D’une part, le public a une courte durée d’attention. Nous semblons être en mesure de prêter attention aux deux ou trois histoires principales, et c’est tout. Il n’y avait donc peut-être pas de place pour des discussions de tir de masse.

Le public a une courte durée d’attention. Nous semblons être en mesure de prêter attention aux deux ou trois histoires principales, et c’est tout.

Le 16 mars 2020, une fusillade de masse dans le Missouri a tué cinq personnes, dont le tireur. Mais ensuite, le monde s’est fermé à cause de Covid-19. Cet accent a laissé de la place pour peut-être un à deux autres sujets. Mais toute l’attention restante a été plus que monopolisée par la couverture frénétique de l’ancien président Donald Trump, ainsi que par les manifestations massives qui ont suivi le meurtre de George Floyd. L’émeute du Capitole en janvier était une pierre angulaire plutôt appropriée.

Le 16 mars 2021, exactement un an plus tard, un homme blanc en colère s’est lancé dans une tuerie à Atlanta, ciblant les salons de massage. Six jours plus tard, une autre fusillade de masse a eu lieu dans une épicerie de Boulder; neuf jours plus tard, une fusillade a eu lieu dans un complexe de bureaux d’Orange, en Californie. En l’espace de deux semaines, un homme armé a ouvert le feu sur un entrepôt de FedEx à Indianapolis.

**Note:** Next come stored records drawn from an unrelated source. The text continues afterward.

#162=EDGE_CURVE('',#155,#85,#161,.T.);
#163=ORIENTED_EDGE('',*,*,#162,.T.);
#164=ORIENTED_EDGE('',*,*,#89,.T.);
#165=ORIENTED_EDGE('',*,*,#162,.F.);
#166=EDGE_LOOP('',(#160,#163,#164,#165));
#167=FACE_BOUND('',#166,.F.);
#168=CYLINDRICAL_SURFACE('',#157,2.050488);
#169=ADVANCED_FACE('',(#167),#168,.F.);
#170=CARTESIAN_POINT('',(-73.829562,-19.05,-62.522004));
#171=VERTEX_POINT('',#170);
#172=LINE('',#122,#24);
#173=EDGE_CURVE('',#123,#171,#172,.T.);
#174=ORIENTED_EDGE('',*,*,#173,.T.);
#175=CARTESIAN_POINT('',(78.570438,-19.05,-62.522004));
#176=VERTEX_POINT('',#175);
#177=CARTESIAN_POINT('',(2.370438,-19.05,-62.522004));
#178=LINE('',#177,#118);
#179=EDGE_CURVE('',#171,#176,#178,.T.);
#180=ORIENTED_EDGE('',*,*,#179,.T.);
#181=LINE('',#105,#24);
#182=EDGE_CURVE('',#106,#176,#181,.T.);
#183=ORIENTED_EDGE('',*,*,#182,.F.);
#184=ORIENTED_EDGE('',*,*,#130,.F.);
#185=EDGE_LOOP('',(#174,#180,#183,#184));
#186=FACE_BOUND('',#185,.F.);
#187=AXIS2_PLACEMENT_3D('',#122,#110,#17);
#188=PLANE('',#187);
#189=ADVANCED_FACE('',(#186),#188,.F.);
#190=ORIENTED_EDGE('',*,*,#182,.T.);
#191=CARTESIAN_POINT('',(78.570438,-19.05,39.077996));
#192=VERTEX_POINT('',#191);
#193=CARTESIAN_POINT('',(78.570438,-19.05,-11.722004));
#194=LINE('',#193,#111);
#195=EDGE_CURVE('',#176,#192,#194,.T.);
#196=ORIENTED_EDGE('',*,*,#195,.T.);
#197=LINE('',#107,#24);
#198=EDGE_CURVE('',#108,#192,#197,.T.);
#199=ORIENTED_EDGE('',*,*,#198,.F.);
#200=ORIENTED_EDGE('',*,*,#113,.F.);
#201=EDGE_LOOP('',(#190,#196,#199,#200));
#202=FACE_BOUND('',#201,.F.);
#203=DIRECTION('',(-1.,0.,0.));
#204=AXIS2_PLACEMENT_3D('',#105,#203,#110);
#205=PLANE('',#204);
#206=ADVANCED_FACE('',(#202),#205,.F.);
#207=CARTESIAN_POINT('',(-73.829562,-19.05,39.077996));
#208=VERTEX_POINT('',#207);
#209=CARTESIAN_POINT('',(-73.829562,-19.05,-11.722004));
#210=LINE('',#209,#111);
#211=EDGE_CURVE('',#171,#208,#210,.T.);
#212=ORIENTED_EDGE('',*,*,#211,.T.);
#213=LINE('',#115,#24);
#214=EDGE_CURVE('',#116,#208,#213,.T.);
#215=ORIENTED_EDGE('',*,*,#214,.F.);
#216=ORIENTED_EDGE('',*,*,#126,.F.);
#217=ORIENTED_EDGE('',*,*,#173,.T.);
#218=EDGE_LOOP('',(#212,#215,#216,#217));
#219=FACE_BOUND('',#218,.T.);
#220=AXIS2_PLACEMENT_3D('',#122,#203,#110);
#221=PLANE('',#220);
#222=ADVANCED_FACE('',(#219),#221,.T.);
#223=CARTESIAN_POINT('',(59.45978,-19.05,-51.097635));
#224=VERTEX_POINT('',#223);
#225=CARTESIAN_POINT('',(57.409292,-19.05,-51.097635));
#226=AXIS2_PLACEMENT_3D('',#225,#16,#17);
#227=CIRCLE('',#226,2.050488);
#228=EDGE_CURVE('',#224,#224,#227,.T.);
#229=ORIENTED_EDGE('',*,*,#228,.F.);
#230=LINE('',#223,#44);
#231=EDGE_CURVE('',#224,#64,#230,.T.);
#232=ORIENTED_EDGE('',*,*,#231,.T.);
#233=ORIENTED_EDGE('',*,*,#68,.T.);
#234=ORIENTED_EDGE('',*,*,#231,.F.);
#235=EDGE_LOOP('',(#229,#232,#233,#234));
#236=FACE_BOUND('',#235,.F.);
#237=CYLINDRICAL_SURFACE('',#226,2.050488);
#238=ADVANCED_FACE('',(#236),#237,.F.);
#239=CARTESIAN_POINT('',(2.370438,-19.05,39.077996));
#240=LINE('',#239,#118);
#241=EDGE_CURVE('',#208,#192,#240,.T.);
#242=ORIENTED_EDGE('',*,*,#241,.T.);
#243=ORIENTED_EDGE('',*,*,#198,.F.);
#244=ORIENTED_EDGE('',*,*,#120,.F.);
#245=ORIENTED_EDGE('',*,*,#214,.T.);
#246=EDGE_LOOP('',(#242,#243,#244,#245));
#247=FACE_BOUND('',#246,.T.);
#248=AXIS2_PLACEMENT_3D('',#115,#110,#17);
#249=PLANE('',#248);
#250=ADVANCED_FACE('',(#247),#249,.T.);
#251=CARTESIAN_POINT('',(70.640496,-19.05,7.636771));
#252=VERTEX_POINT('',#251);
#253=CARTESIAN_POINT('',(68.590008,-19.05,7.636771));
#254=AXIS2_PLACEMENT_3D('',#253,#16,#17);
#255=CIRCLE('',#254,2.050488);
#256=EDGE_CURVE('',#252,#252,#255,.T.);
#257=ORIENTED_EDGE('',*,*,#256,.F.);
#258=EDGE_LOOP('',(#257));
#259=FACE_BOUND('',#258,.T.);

Covid-19 n’est pas parti, bien sûr (et ni, techniquement, Trump), mais les deux ne sont plus les seuls scénarios dont les Américains se soucient. Et avec le retour des fusillades de masse, revient la question qui tourmentait l’Amérique avant la pandémie. Comment éviter que ces scènes horribles ne se répètent?

Sur le plan politique, nous devons à nouveau reprendre les initiatives de réforme des armes à feu les plus prometteuses, telles que les vérifications universelles des antécédents, les ordonnances d’alerte et l’interdiction des armes d’assaut et des magazines de grande capacité.

Mais sur le front sociétal et culturel, nous devons réévaluer – peut-être de façon permanente – comment nous parlons de violence sensationnelle. Cela doit commencer par les journalistes, qui doivent s’en tenir aux faits et ne pas glorifier ni faire sensationnel. S’accorder sur les normes éditoriales, comme s’abstenir d’utiliser le nom de l’auteur et ne pas spéculer sur la façon dont les événements de la vie du tireur ont pu contribuer à l’événement, aidera également. Humanisez les victimes, pas l’agresseur. Ne donnons pas à ces meurtriers la seule chose que tant d’entre eux veulent: être célèbre.